The very-active NIRSA Community forum - if you don't know, that's the place where college recreation professionals post job offerings and seek advice on facilities, management and equipment issues - tackles some thorny questions. So when a post appeared Monday headed "Need opinions on a tough situation," I donned my thinking cap and girded myself for something…well, tough.

The situation is this: Drake University's intramural rec basketball league is being messed up by one team that appears to be in the league just for the purpose of messing it up. To quote: "They bring a stuffed beaver, which they try to have play, they will routinely take off their jerseys and switch them to their opponents' color and score on themselves, run football plays, etc." Other teams have complained, staff members have complained - no one wants to play against or deal with them.

What should they do about it? Not surprisingly, the program coordinators who have chimed in all agree that the team should be removed from the league. Surprisingly - amazingly - most of the respondents have really wrestled with this issue, as if the knee-jerk response:

Kick their asses out of the league!

…somehow has to be justified beyond:

Kick their asses out of the league!

Reading the suggested steps - sitting down with the offenders, explaining the institution's policies, writing some new policies - I was at first shaking my head in disbelief. Kick their asses out of the league! But, in fact, the situation is tough: The stuffed beaver's teammates signed up, they show up, and they're having fun. What if a battleship team showed up in the university pool and sank their own canoe, because for whatever idiotic reason they thought that was more fun than trying to sink their opponents' canoes? What if an IM softball team kept their bats on their shoulders, leading to an amazing 21-strikeout perfect game?
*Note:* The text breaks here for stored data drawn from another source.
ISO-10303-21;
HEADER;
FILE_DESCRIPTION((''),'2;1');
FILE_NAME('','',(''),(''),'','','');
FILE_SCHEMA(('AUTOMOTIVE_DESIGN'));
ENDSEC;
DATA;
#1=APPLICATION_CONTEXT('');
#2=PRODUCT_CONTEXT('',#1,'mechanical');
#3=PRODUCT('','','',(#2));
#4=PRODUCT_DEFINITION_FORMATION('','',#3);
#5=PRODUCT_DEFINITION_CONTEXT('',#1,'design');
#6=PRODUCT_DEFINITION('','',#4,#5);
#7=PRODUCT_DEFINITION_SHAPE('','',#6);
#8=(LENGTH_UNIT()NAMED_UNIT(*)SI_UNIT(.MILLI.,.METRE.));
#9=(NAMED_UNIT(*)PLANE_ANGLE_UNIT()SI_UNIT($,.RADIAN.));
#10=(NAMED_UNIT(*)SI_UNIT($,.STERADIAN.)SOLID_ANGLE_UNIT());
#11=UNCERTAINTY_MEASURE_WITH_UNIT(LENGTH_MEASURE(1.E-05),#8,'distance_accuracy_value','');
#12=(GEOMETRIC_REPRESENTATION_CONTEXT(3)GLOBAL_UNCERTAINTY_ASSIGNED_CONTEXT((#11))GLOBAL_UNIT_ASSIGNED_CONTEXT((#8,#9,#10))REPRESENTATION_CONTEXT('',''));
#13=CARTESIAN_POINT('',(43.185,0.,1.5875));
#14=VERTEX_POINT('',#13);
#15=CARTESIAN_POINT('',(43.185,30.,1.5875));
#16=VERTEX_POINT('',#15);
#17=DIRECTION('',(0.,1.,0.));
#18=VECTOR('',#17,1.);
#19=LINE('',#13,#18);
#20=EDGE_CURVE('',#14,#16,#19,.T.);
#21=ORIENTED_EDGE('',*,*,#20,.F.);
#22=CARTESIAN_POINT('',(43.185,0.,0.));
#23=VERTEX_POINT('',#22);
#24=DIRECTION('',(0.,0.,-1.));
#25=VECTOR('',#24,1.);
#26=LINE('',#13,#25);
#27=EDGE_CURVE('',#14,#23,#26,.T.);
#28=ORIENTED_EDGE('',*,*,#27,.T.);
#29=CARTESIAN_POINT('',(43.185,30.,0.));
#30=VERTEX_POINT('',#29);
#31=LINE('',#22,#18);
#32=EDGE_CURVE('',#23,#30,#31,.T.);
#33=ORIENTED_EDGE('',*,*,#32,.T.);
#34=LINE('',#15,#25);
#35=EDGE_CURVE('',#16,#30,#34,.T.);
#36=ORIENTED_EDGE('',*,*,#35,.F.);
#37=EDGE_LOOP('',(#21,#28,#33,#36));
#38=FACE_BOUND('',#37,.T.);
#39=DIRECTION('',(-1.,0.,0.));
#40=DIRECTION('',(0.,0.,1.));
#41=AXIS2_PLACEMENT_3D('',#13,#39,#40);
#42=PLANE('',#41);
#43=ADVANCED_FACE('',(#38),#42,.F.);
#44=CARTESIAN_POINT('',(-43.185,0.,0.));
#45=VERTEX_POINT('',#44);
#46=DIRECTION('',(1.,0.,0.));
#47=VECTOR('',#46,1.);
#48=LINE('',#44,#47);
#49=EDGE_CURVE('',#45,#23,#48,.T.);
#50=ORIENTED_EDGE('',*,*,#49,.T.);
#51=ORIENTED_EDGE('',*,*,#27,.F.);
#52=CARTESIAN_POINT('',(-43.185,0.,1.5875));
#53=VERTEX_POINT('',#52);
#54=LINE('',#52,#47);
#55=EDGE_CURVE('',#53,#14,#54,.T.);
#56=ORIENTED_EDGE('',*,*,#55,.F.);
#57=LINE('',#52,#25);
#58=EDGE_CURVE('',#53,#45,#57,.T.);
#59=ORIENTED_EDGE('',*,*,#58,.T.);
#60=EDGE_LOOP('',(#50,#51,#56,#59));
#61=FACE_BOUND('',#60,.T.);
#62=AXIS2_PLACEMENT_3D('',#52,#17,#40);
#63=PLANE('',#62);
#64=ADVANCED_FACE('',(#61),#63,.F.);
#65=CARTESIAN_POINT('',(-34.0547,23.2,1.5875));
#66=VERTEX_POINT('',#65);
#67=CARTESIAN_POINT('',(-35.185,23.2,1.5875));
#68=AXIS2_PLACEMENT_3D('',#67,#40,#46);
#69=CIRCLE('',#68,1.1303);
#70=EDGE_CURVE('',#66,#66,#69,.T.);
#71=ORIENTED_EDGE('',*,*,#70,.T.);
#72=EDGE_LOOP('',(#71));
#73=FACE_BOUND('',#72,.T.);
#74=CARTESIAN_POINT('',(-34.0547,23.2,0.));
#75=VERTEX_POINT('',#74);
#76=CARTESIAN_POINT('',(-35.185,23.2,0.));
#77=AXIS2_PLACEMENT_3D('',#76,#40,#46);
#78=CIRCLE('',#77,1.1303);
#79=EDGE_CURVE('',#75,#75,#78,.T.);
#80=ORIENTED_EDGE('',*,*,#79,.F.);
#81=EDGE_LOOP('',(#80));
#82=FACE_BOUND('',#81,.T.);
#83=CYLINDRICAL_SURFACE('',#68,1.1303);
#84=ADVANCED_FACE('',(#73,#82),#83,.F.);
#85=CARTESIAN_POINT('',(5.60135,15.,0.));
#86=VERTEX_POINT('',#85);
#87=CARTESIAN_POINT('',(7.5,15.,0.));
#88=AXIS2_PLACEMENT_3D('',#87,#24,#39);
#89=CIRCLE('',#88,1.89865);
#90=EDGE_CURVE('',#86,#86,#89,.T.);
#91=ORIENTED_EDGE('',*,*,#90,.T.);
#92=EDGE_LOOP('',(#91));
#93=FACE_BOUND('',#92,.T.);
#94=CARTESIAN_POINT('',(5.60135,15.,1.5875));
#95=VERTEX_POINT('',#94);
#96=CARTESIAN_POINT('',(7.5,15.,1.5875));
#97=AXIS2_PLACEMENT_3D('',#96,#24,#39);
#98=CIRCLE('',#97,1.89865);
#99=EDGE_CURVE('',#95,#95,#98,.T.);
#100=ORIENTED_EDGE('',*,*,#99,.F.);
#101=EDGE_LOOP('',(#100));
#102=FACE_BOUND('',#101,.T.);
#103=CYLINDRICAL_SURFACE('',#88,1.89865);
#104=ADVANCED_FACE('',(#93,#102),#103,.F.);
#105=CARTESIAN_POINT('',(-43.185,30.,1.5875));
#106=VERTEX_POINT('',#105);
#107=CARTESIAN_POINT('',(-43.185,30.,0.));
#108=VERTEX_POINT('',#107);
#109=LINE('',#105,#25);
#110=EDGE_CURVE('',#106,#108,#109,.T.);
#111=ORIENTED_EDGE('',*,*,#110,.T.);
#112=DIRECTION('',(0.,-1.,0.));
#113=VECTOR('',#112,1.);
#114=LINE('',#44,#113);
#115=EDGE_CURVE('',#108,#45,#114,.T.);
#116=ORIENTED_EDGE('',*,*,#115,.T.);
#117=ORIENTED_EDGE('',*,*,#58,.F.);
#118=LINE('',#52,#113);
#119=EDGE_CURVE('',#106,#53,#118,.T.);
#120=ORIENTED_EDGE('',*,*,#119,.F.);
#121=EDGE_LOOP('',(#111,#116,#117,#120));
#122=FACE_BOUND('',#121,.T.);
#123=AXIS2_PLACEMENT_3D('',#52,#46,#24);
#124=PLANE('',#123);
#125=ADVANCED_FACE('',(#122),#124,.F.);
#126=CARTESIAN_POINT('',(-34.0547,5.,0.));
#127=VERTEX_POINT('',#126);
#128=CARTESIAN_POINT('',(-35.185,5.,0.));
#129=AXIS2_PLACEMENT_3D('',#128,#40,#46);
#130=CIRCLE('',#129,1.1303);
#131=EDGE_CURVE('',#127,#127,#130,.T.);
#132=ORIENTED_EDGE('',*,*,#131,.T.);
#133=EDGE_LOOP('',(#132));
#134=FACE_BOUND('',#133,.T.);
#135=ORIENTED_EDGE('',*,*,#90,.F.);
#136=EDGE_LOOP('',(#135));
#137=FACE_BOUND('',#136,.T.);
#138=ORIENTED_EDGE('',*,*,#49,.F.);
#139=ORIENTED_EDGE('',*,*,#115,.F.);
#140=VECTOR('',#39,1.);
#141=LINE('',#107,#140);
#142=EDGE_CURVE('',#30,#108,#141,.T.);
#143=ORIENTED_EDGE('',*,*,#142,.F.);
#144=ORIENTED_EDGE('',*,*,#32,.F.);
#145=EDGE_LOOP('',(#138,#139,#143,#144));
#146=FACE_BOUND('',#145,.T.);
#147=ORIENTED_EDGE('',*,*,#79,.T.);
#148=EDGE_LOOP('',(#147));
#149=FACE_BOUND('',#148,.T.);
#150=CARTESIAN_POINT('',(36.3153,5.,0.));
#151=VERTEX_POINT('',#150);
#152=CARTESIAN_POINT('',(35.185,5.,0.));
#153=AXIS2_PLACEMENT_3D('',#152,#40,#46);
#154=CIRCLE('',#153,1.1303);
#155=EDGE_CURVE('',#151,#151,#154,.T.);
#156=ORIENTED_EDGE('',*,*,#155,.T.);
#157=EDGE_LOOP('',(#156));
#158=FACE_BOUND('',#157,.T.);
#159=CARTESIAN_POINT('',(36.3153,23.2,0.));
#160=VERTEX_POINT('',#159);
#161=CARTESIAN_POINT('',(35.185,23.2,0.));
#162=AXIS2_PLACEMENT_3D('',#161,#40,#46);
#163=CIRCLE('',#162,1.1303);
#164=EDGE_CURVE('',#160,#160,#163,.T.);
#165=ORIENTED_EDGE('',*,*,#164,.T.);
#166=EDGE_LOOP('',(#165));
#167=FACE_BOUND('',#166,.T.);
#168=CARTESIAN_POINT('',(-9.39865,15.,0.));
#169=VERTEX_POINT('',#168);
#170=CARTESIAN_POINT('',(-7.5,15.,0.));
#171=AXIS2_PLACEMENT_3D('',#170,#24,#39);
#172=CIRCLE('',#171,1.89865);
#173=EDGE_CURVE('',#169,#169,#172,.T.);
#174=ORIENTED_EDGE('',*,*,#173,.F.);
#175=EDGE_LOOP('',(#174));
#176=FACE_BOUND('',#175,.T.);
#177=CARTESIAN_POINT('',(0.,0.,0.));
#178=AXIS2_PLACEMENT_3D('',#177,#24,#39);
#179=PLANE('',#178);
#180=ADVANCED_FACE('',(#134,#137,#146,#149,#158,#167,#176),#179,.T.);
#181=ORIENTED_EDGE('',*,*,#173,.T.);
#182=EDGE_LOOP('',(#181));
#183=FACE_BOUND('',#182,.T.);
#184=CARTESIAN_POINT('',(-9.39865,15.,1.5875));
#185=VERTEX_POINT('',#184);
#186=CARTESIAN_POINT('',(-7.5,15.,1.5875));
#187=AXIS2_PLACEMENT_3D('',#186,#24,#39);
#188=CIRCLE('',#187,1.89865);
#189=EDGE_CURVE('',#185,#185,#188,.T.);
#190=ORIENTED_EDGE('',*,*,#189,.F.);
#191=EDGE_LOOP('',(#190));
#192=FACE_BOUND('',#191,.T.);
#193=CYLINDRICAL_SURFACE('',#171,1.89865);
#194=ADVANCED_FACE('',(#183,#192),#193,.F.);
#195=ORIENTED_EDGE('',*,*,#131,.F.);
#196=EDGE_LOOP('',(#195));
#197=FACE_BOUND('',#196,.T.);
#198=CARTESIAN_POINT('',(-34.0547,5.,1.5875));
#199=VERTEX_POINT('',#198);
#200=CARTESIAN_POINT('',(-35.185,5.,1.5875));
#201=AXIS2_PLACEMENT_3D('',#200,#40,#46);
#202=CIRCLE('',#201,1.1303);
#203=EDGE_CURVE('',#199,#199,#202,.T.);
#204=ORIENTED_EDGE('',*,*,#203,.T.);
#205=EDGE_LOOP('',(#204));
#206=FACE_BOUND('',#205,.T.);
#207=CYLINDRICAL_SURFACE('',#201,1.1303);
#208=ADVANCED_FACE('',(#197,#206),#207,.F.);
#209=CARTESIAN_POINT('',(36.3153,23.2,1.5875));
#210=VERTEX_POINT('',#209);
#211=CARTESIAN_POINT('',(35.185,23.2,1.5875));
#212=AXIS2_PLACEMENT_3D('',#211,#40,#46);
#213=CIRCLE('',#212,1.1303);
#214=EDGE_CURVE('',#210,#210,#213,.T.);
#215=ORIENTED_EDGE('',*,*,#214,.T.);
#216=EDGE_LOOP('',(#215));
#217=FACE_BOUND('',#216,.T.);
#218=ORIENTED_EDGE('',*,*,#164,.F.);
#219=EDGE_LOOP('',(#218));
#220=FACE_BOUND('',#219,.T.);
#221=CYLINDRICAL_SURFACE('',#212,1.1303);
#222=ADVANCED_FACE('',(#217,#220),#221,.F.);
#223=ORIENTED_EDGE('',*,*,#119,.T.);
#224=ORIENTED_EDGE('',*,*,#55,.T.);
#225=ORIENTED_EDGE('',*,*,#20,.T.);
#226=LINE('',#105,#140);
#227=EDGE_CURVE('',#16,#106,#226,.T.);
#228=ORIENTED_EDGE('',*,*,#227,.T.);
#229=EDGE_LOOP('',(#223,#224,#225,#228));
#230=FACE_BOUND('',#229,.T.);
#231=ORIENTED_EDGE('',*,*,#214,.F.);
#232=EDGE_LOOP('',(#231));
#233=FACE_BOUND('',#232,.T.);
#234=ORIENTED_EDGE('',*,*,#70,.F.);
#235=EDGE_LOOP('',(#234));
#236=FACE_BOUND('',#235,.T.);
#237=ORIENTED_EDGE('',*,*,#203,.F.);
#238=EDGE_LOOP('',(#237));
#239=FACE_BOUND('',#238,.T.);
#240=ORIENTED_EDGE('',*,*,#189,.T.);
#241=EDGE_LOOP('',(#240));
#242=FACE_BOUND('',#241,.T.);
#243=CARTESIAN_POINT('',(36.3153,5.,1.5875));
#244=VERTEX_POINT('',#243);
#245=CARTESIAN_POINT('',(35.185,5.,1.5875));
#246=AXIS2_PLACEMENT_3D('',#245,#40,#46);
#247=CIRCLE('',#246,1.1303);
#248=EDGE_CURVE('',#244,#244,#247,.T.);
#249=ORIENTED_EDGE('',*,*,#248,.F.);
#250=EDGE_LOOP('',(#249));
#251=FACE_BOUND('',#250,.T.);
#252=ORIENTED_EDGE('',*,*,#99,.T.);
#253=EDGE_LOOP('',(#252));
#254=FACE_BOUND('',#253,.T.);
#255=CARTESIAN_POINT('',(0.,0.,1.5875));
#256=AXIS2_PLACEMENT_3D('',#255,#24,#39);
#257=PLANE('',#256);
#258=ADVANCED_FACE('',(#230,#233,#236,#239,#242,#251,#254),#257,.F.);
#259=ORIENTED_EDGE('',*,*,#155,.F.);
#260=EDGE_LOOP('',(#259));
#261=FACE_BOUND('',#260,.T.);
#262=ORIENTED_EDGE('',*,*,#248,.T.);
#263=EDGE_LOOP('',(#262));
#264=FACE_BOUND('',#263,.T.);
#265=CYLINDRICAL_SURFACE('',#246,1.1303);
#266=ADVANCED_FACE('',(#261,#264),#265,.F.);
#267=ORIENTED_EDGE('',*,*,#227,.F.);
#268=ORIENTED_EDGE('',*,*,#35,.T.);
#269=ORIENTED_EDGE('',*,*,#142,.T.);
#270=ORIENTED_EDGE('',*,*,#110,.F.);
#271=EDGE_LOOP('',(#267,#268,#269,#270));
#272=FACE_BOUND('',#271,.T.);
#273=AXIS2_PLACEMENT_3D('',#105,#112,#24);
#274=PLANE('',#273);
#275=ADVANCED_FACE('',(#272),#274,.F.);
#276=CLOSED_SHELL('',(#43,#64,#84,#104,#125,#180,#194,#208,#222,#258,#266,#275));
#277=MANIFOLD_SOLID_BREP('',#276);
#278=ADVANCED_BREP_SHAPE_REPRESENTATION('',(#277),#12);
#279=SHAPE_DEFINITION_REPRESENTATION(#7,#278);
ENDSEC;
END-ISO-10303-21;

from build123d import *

# Parameters (mm, degrees)
SKETCH2_W             = 86.37
SKETCH2_H             = 30
BOSS_EXTRUDE1_DEPTH   = 1.5875
F_1_CLEARANCE_HOLE1_D = 2.2606
F_6_CLEARANCE_HOLE1_D = 3.7973


with BuildPart() as part:
    # Sketch2 → Boss-Extrude1 (new body)
    with BuildSketch(Plane.XY):
        with Locations((0, 15)):
            Rectangle(SKETCH2_W, SKETCH2_H)
    extrude(amount=BOSS_EXTRUDE1_DEPTH)

    # #1 Clearance Hole1 (through all)
    with Locations(Plane.XY.offset(1.5875)):
        with Locations((35.185, 23.2), (35.185, 5), (-35.185, 5), (-35.185, 23.2)):
            Hole(F_1_CLEARANCE_HOLE1_D / 2)

    # #6 Clearance Hole1 (through all)
    with Locations(Plane(origin=(0, 0, 0), x_dir=(-1, 0, 0), z_dir=(0, 0, -1))):
        with Locations((7.5, 15), (-7.5, 15)):
            Hole(F_6_CLEARANCE_HOLE1_D / 2)


solid = part.part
Who is prepared to deal with an anti-team? Whose policies anticipate Occupy Intramural Basketball?

I have to hand it to the questioner and the respondents: They didn't succumb to the knee-jerk response - do I have to repeat it? - and instead thoughtfully pointed in the right direction. Your policies should specify that recreational programs must protect the experience of all participants, and that principles of fair play and sportsmanship rule. It would also help to make sure your policies specify that teams play at the discretion of program staff.

If that doesn't work, implement drug testing for all participants. Tell me that wouldn't have been effective here.